(Stored data)
═══

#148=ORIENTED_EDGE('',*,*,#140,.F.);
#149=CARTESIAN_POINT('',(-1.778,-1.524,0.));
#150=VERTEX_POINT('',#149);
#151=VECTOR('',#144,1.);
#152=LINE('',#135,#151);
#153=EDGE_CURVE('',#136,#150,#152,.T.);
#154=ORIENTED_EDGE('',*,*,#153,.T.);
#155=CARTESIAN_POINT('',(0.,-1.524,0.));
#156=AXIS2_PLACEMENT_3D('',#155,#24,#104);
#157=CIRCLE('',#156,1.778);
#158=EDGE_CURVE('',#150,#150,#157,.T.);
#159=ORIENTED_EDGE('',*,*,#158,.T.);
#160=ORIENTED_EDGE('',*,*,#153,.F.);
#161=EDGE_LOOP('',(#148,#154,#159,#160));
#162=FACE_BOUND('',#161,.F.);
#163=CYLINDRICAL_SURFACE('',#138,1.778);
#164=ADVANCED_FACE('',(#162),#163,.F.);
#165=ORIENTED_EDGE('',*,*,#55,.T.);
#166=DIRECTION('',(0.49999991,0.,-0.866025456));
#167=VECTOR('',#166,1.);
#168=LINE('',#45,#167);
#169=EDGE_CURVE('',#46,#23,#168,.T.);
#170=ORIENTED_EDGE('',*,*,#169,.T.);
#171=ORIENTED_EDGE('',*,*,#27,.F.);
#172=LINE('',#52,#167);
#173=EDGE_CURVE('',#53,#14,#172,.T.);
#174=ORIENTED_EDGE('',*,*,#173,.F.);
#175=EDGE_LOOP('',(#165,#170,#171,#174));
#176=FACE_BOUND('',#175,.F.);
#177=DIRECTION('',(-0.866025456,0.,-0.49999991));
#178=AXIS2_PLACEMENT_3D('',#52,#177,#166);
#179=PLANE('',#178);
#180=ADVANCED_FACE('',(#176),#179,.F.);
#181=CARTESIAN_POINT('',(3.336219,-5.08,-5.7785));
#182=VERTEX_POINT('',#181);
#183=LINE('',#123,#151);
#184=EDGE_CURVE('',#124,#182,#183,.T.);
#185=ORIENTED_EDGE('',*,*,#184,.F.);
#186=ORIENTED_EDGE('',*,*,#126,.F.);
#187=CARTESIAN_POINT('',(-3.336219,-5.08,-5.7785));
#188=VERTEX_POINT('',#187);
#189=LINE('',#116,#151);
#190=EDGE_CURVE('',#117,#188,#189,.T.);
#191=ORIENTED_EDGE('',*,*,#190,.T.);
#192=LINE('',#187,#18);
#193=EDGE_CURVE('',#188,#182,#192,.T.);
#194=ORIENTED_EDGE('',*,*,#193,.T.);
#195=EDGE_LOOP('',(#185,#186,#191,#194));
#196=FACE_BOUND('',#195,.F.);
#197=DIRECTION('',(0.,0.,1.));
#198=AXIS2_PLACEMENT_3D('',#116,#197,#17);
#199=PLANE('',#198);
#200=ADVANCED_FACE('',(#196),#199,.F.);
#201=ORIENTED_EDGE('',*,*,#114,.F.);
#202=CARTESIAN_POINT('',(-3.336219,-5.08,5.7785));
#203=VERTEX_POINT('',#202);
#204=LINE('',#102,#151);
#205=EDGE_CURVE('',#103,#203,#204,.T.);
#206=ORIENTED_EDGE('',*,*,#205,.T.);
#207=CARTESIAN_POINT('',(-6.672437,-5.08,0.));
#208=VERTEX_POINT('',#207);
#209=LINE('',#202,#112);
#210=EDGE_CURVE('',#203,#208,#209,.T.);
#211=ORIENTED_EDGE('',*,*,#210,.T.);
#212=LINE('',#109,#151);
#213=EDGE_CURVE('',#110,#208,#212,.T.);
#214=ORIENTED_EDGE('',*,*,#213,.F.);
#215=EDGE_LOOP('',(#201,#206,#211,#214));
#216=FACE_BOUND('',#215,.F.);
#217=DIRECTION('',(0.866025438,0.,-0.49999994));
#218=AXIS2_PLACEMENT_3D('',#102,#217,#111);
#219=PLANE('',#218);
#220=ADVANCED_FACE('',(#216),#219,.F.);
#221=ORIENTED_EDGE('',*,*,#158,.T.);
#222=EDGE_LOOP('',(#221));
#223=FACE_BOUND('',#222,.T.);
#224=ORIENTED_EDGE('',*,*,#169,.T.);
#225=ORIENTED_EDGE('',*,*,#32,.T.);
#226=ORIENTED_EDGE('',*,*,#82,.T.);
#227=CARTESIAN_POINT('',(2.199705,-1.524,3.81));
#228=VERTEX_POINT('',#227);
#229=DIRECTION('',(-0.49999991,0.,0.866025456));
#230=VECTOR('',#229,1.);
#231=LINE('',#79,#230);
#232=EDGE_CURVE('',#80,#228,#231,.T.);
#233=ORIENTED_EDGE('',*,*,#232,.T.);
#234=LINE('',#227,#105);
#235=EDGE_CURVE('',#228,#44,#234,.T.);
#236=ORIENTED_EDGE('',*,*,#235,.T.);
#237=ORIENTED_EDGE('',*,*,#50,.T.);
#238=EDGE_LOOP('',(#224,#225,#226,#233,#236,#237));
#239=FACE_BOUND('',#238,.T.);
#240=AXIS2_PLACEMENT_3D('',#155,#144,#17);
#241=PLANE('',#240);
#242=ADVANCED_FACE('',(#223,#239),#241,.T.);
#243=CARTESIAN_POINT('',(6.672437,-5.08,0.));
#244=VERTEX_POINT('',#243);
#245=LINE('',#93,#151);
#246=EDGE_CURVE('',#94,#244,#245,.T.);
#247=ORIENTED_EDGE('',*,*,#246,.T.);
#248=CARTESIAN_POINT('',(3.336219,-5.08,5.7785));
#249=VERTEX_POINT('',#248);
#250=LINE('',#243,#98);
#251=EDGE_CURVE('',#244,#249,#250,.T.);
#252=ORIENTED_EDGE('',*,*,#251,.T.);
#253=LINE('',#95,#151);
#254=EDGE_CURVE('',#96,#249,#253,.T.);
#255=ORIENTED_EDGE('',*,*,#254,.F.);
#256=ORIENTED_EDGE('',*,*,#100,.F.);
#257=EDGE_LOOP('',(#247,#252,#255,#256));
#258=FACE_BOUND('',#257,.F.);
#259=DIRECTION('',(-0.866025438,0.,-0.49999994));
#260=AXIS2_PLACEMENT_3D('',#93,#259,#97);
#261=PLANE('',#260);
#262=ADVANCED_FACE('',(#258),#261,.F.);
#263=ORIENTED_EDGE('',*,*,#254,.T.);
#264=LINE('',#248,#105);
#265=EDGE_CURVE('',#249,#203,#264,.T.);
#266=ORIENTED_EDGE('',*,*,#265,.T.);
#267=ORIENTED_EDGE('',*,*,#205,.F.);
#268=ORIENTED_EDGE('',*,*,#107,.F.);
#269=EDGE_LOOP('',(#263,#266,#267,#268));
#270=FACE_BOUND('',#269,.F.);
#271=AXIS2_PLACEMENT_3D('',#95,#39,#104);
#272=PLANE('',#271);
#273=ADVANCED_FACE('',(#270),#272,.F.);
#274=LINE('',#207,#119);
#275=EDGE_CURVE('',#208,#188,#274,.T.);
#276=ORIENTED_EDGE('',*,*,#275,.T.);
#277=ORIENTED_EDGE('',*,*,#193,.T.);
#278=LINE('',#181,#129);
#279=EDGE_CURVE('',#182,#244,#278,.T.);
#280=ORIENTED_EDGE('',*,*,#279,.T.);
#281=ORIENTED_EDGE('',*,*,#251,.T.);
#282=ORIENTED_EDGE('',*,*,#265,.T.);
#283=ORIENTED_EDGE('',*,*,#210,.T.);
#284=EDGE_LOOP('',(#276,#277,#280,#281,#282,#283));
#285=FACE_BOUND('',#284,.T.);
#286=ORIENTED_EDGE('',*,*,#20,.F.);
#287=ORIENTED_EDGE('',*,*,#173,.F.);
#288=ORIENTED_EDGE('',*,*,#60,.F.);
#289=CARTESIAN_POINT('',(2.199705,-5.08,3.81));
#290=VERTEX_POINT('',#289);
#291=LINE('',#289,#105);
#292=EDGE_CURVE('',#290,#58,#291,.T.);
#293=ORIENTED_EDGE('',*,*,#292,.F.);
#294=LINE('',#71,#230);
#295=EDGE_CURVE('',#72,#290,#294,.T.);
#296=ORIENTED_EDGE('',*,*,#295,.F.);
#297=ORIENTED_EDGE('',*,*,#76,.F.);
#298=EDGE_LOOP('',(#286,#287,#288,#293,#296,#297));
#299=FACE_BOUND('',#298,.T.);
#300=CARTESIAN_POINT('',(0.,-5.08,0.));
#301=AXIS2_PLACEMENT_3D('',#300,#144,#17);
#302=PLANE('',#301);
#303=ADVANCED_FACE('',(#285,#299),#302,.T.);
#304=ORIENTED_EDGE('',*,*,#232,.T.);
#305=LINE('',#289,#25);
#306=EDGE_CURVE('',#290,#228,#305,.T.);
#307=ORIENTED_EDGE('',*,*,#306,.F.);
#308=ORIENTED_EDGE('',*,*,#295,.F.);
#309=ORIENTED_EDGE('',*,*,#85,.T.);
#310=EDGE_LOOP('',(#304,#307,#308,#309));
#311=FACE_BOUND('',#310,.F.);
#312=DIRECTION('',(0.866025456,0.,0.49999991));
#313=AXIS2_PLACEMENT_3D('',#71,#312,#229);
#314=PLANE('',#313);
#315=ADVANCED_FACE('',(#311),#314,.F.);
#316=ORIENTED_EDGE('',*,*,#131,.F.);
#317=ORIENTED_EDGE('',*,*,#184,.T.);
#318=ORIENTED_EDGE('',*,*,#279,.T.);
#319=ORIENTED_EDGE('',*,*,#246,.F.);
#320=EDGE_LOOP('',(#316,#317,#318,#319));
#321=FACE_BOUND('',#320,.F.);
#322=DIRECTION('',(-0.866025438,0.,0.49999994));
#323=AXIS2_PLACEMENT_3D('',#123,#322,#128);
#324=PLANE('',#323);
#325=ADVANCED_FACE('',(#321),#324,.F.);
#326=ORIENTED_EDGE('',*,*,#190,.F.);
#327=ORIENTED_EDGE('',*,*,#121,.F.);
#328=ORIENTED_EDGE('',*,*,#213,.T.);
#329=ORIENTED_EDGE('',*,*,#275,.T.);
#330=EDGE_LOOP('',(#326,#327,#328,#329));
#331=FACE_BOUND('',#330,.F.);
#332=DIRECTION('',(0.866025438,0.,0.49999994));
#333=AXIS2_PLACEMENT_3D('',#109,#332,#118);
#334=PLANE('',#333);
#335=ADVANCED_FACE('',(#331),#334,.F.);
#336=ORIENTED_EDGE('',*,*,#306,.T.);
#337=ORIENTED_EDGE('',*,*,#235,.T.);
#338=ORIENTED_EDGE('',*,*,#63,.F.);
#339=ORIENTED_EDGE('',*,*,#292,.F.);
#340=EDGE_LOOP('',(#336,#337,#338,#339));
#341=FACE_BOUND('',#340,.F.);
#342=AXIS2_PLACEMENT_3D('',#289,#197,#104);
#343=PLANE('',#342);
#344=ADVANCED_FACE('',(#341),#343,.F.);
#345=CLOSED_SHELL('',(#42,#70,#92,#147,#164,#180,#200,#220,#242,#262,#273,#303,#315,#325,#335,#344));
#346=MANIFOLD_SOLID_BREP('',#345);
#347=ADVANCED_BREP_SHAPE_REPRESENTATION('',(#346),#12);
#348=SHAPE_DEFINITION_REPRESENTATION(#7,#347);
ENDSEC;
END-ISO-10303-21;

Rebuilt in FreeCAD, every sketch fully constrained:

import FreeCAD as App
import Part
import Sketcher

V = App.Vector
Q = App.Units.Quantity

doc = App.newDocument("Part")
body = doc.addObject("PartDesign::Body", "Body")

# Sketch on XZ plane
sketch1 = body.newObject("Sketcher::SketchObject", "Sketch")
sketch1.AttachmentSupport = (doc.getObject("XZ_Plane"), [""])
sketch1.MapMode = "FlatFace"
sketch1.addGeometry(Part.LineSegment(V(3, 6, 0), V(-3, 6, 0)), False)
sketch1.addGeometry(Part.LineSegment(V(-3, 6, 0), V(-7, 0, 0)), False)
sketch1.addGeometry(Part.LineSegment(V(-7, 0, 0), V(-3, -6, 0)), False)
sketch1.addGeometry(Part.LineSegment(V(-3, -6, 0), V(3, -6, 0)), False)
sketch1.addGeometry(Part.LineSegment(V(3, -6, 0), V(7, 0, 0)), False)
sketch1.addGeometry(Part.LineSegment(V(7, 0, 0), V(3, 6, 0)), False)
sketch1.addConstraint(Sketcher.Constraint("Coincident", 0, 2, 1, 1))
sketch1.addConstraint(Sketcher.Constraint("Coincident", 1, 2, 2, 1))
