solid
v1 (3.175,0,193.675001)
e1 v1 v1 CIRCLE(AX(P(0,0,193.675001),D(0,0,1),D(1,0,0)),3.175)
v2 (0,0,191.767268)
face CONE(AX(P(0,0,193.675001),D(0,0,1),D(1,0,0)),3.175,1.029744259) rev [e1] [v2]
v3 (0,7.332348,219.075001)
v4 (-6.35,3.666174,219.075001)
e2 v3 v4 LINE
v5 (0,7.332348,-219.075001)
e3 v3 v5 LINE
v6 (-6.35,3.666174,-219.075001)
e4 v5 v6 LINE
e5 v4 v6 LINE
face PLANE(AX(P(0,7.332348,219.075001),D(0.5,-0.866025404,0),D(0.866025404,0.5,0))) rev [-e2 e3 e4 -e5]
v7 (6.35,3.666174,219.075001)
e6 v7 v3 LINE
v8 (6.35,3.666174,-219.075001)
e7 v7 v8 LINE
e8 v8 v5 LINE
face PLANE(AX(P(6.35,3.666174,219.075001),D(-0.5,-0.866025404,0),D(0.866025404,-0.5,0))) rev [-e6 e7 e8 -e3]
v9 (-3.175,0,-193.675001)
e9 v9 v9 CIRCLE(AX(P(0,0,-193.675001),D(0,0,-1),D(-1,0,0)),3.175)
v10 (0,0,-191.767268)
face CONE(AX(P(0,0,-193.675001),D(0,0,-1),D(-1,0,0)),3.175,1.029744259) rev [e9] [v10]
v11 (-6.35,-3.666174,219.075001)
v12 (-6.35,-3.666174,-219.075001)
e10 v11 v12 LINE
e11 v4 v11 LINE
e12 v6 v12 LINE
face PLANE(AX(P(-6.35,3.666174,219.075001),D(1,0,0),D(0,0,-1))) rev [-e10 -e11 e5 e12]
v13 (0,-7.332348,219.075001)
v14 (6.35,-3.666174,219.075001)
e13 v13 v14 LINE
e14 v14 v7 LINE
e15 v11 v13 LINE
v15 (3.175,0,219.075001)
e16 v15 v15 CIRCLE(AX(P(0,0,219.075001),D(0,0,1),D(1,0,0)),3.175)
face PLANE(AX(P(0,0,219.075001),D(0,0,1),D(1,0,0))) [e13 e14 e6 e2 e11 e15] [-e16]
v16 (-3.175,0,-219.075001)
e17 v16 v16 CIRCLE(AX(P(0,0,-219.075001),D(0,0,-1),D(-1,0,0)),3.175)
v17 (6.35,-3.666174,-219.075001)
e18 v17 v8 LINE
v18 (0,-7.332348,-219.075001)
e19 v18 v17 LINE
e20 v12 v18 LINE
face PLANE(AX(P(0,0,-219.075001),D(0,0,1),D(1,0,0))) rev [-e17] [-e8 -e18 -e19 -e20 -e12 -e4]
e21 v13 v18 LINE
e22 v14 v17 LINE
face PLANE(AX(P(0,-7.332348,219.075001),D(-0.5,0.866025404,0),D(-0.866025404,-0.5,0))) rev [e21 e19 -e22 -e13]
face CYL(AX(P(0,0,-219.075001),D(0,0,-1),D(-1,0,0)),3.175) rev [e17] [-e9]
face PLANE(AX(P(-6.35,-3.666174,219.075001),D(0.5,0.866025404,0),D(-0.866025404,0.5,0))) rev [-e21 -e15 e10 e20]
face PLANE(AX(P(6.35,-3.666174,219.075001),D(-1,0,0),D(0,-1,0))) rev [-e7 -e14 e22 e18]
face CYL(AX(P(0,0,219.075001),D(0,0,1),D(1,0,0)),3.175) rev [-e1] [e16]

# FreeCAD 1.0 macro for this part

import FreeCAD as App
import Part
import Sketcher

V = App.Vector
Q = App.Units.Quantity

doc = App.newDocument("Part")
body = doc.addObject("PartDesign::Body", "Body")

# Sketch on XY plane
sketch1 = body.newObject("Sketcher::SketchObject", "Sketch")
sketch1.AttachmentSupport = (doc.getObject("XY_Plane"), [""])
sketch1.MapMode = "FlatFace"
sketch1.addGeometry([
    Part.LineSegment(V(-6, -4, 0), V(0, -7, 0)),  # 0
    Part.LineSegment(V(0, -7, 0), V(6, -4, 0)),  # 1
    Part.LineSegment(V(6, -4, 0), V(6, 4, 0)),  # 2
    Part.LineSegment(V(6, 4, 0), V(0, 7, 0)),  # 3
    Part.LineSegment(V(0, 7, 0), V(-6, 4, 0)),  # 4
    Part.LineSegment(V(-6, 4, 0), V(-6, -4, 0)),  # 5
], False)
sketch1.addConstraint([
    Sketcher.Constraint("Coincident", 0, 2, 1, 1),
    Sketcher.Constraint("Coincident", 1, 2, 2, 1),
    Sketcher.Constraint("Coincident", 2, 2, 3, 1),
    Sketcher.Constraint("Coincident", 3, 2, 4, 1),
    Sketcher.Constraint("Coincident", 4, 2, 5, 1),
    Sketcher.Constraint("Coincident", 5, 2, 0, 1),
    Sketcher.Constraint("Vertical", 2),
    Sketcher.Constraint("Vertical", 5),
    Sketcher.Constraint("Symmetric", 0, 2, 3, 2, -1, 1),
    Sketcher.Constraint("Symmetric", 1, 2, 4, 2, -1, 1),
    Sketcher.Constraint("PointOnObject", 0, 2, -2),
    Sketcher.Constraint("Parallel", 0, 3),
    Sketcher.Constraint("Horizontal", 2, 2, 4, 2),
    Sketcher.Constraint("Angle", 0, Q("-30 deg")),
    Sketcher.Constraint("DistanceX", 4, 2, 2, 2, Q("0.5 in")),
    Sketcher.Constraint("DistanceY", 2, 1, 2, 2, 7.332348),
])
pad1 = body.newObject("PartDesign::Pad", "Pad")
pad1.Profile = sketch1
pad1.Type = "TwoLengths"
pad1.Length = Q("8.625 in")
pad1.Length2 = Q("8.625 in")

# Sketch on XY plane
sketch2 = body.newObject("Sketcher::SketchObject", "Sketch001")
sketch2.AttachmentSupport = (doc.getObject("XY_Plane"), [""])
sketch2.MapMode = "FlatFace"
sketch2.AttachmentOffset = App.Placement(V(0, 0, 8.625 * 25.4), App.Rotation())
sketch2.addGeometry(Part.Circle(V(0, 0, 0), V(0, 0, 1), 3.2), False)
sketch2.addConstraint([
    Sketcher.Constraint("Coincident", 0, 3, -1, 1),
    Sketcher.Constraint("Diameter", 0, Q("0.25 in")),
])
doc.recompute()
hole = body.newObject("PartDesign::Hole", "Hole")
hole.Profile = sketch2
hole.ThreadType = "None"
hole.Diameter = Q("0.25 in")
hole.DepthType = "Dimension"
hole.Depth = Q("1 in")
hole.DrillPoint = "Angled"
hole.DrillPointAngle = 118

# Sketch on XY plane
sketch3 = body.newObject("Sketcher::SketchObject", "Sketch002")
sketch3.AttachmentSupport = (doc.getObject("XY_Plane"), [""])
sketch3.MapMode = "FlatFace"
sketch3.AttachmentOffset = App.Placement(V(0, 0, -8.625 * 25.4), App.Rotation())
sketch3.addGeometry(Part.Circle(V(0, 0, 0), V(0, 0, 1), 3.2), False)
sketch3.addConstraint([
    Sketcher.Constraint("Coincident", 0, 3, -1, 1),
    Sketcher.Constraint("Diameter", 0, Q("0.25 in")),
])
doc.recompute()
hole2 = body.newObject("PartDesign::Hole", "Hole001")
hole2.Profile = sketch3
hole2.ThreadType = "None"
hole2.Diameter = Q("0.25 in")
hole2.DepthType = "Dimension"
hole2.Depth = Q("1 in")
hole2.DrillPoint = "Angled"
hole2.DrillPointAngle = 118
hole2.Reversed = True

doc.recompute()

═══

• **Action item**
The reply should consist solely of the lines of the data, exact, from the opening line through the line with "#189=LINE('',#116,#151);", inclusive.

• **Your solution**
#148=ORIENTED_EDGE('',*,*,#140,.F.);
#149=CARTESIAN_POINT('',(-1.778,-1.524,0.));
#150=VERTEX_POINT('',#149);
#151=VECTOR('',#144,1.);
#152=LINE('',#135,#151);
#153=EDGE_CURVE('',#136,#150,#152,.T.);
#154=ORIENTED_EDGE('',*,*,#153,.T.);
#155=CARTESIAN_POINT('',(0.,-1.524,0.));
#156=AXIS2_PLACEMENT_3D('',#155,#24,#104);
#157=CIRCLE('',#156,1.778);
#158=EDGE_CURVE('',#150,#150,#157,.T.);
#159=ORIENTED_EDGE('',*,*,#158,.T.);
#160=ORIENTED_EDGE('',*,*,#153,.F.);
#161=EDGE_LOOP('',(#148,#154,#159,#160));
#162=FACE_BOUND('',#161,.F.);
#163=CYLINDRICAL_SURFACE('',#138,1.778);
#164=ADVANCED_FACE('',(#162),#163,.F.);
#165=ORIENTED_EDGE('',*,*,#55,.T.);
#166=DIRECTION('',(0.49999991,0.,-0.866025456));
#167=VECTOR('',#166,1.);
#168=LINE('',#45,#167);
#169=EDGE_CURVE('',#46,#23,#168,.T.);
#170=ORIENTED_EDGE('',*,*,#169,.T.);
#171=ORIENTED_EDGE('',*,*,#27,.F.);
#172=LINE('',#52,#167);
#173=EDGE_CURVE('',#53,#14,#172,.T.);
#174=ORIENTED_EDGE('',*,*,#173,.F.);
#175=EDGE_LOOP('',(#165,#170,#171,#174));
#176=FACE_BOUND('',#175,.F.);
#177=DIRECTION('',(-0.866025456,0.,-0.49999991));
#178=AXIS2_PLACEMENT_3D('',#52,#177,#166);
#179=PLANE('',#178);
#180=ADVANCED_FACE('',(#176),#179,.F.);
#181=CARTESIAN_POINT('',(3.336219,-5.08,-5.7785));
#182=VERTEX_POINT('',#181);
#183=LINE('',#123,#151);
#184=EDGE_CURVE('',#124,#182,#183,.T.);
#185=ORIENTED_EDGE('',*,*,#184,.F.);
#186=ORIENTED_EDGE('',*,*,#126,.F.);
#187=CARTESIAN_POINT('',(-3.336219,-5.08,-5.7785));
#188=VERTEX_POINT('',#187);
#189=LINE('',#116,#151);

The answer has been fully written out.